THE RECORDS

----------

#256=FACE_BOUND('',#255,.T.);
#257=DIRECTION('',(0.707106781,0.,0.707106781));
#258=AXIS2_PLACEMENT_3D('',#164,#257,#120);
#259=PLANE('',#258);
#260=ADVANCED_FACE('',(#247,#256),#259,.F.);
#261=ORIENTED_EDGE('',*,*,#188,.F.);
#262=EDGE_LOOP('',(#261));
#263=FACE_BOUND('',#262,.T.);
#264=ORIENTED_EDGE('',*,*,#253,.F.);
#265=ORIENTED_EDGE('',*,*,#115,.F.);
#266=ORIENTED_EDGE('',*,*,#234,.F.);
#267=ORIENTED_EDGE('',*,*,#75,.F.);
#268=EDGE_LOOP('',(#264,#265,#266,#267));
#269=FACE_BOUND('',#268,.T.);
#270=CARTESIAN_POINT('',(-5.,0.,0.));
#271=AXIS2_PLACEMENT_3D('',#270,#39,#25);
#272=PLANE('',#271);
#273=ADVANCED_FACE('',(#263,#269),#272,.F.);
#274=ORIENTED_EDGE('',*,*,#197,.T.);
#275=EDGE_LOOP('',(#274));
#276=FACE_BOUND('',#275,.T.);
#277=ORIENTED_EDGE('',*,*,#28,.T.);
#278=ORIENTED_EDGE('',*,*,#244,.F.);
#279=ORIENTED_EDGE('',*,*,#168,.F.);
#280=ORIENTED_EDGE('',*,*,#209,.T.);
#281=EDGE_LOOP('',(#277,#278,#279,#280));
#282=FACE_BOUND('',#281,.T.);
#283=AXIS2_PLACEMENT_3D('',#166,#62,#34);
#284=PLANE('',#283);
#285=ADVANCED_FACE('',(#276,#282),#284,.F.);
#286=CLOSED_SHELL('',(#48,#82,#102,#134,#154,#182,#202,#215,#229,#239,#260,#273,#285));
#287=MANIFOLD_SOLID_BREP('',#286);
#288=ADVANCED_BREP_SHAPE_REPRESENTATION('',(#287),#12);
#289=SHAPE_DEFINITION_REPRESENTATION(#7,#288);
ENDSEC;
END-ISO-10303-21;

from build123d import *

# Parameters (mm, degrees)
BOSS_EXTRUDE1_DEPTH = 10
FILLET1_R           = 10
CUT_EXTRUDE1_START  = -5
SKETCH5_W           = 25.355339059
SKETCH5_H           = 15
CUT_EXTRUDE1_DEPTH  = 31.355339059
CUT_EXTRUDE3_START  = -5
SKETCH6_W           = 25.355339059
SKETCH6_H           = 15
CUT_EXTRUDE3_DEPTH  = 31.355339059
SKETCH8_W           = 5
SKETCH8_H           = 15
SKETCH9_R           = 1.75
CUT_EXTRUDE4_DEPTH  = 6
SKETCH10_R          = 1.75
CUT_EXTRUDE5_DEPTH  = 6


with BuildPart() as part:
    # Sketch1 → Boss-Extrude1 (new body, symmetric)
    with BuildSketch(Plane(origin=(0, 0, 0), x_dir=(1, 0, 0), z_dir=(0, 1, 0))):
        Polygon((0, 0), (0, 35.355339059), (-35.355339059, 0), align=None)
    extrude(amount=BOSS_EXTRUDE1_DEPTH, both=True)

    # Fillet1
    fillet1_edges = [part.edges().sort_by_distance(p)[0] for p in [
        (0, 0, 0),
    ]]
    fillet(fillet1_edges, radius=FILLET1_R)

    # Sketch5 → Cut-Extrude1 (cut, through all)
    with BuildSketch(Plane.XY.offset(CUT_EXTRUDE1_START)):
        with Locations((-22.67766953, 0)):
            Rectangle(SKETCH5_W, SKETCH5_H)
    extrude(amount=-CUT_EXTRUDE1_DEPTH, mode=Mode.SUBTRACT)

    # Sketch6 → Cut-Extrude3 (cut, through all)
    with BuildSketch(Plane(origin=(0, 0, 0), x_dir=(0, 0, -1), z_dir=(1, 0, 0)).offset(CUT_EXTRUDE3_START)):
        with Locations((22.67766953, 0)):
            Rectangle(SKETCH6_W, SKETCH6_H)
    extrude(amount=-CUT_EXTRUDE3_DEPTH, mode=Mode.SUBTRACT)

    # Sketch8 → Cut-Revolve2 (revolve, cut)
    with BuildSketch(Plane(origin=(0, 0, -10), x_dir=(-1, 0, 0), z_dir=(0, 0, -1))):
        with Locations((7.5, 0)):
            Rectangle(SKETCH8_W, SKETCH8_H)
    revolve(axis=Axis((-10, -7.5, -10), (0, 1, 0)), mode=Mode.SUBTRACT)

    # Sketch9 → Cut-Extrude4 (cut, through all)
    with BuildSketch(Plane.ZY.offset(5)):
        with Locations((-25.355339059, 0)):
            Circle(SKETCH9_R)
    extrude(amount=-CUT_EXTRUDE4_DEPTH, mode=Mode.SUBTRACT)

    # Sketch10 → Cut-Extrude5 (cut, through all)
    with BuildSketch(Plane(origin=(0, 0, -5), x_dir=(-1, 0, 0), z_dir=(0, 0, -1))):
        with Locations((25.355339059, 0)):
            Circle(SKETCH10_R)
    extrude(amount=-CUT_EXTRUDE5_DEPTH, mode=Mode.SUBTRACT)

----------

THE TASK
Transcribe the entire listing without a single omission.

RESULT
#256=FACE_BOUND('',#255,.T.);
#257=DIRECTION('',(0.707106781,0.,0.707106781));
#258=AXIS2_PLACEMENT_3D('',#164,#257,#120);
#259=PLANE('',#258);
#260=ADVANCED_FACE('',(#247,#256),#259,.F.);
#261=ORIENTED_EDGE('',*,*,#188,.F.);
#262=EDGE_LOOP('',(#261));
#263=FACE_BOUND('',#262,.T.);
#264=ORIENTED_EDGE('',*,*,#253,.F.);
#265=ORIENTED_EDGE('',*,*,#115,.F.);
#266=ORIENTED_EDGE('',*,*,#234,.F.);
#267=ORIENTED_EDGE('',*,*,#75,.F.);
#268=EDGE_LOOP('',(#264,#265,#266,#267));
#269=FACE_BOUND('',#268,.T.);
#270=CARTESIAN_POINT('',(-5.,0.,0.));
#271=AXIS2_PLACEMENT_3D('',#270,#39,#25);
#272=PLANE('',#271);
#273=ADVANCED_FACE('',(#263,#269),#272,.F.);
#274=ORIENTED_EDGE('',*,*,#197,.T.);
#275=EDGE_LOOP('',(#274));
#276=FACE_BOUND('',#275,.T.);
#277=ORIENTED_EDGE('',*,*,#28,.T.);
#278=ORIENTED_EDGE('',*,*,#244,.F.);
#279=ORIENTED_EDGE('',*,*,#168,.F.);
#280=ORIENTED_EDGE('',*,*,#209,.T.);
#281=EDGE_LOOP('',(#277,#278,#279,#280));
#282=FACE_BOUND('',#281,.T.);
#283=AXIS2_PLACEMENT_3D('',#166,#62,#34);
#284=PLANE('',#283);
#285=ADVANCED_FACE('',(#276,#282),#284,.F.);
#286=CLOSED_SHELL('',(#48,#82,#102,#134,#154,#182,#202,#215,#229,#239,#260,#273,#285));
#287=MANIFOLD_SOLID_BREP('',#286);
#288=ADVANCED_BREP_SHAPE_REPRESENTATION('',(#287),#12);
#289=SHAPE_DEFINITION_REPRESENTATION(#7,#288);
ENDSEC;
END-ISO-10303-21;

from build123d import *

# Parameters (mm, degrees)
BOSS_EXTRUDE1_DEPTH = 10
FILLET1_R           = 10
CUT_EXTRUDE1_START  = -5
SKETCH5_W           = 25.355339059
SKETCH5_H           = 15
CUT_EXTRUDE1_DEPTH  = 31.355339059
CUT_EXTRUDE3_START  = -5
SKETCH6_W           = 25.355339059
SKETCH6_H           = 15
CUT_EXTRUDE3_DEPTH  = 31.355339059
SKETCH8_W           = 5
SKETCH8_H           = 15
SKETCH9_R           = 1.75
CUT_EXTRUDE4_DEPTH  = 6
SKETCH10_R          = 1.75
CUT_EXTRUDE5_DEPTH  = 6


with BuildPart() as part:
    # Sketch1 → Boss-Extrude1 (new body, symmetric)
    with BuildSketch(Plane(origin=(0, 0, 0), x_dir=(1, 0, 0), z_dir=(0, 1, 0))):
        Polygon((0, 0), (0, 35.355339059), (-35.355339059, 0), align=None)
    extrude(amount=BOSS_EXTRUDE1_DEPTH, both=True)

    # Fillet1
    fillet1_edges = [part.edges().sort_by_distance(p)[0] for p in [
        (0, 0, 0),
    ]]
    fillet(fillet1_edges, radius=FILLET1_R)

    # Sketch5 → Cut-Extrude1 (cut, through all)
    with BuildSketch(Plane.XY.offset(CUT_EXTRUDE1_START)):
        with Locations((-22.67766953, 0)):
            Rectangle(SKETCH5_W, SKETCH5_H)
    extrude(amount=-CUT_EXTRUDE1_DEPTH, mode=Mode.SUBTRACT)

    # Sketch6 → Cut-Extrude3 (cut, through all)
    with BuildSketch(Plane(origin=(0, 0, 0), x_dir=(0, 0, -1), z_dir=(1, 0, 0)).offset(CUT_EXTRUDE3_START)):
        with Locations((22.67766953, 0)):
            Rectangle(SKETCH6_W, SKETCH6_H)
    extrude(amount=-CUT_EXTRUDE3_DEPTH, mode=Mode.SUBTRACT)

    # Sketch8 → Cut-Revolve2 (revolve, cut)
    with BuildSketch(Plane(origin=(0, 0, -10), x_dir=(-1, 0, 0), z_dir=(0, 0, -1))):
        with Locations((7.5, 0)):
            Rectangle(SKETCH8_W, SKETCH8_H)
    revolve(axis=Axis((-10, -7.5, -10), (0, 1, 0)), mode=Mode.SUBTRACT)

    # Sketch9 → Cut-Extrude4 (cut, through all)
    with BuildSketch(Plane.ZY.offset(5)):
        with Locations((-25.355339059, 0)):
            Circle(SKETCH9_R)
    extrude(amount=-CUT_EXTRUDE4_DEPTH, mode=Mode.SUBTRACT)

    # Sketch10 → Cut-Extrude5 (cut, through all)
    with BuildSketch(Plane(origin=(0, 0, -5), x_dir=(-1, 0, 0), z_dir=(0, 0, -1))):
        with Locations((25.355339059, 0)):
            Circle(SKETCH10_R)
    extrude(amount=-CUT_EXTRUDE5_DEPTH, mode=Mode.SUBTRACT)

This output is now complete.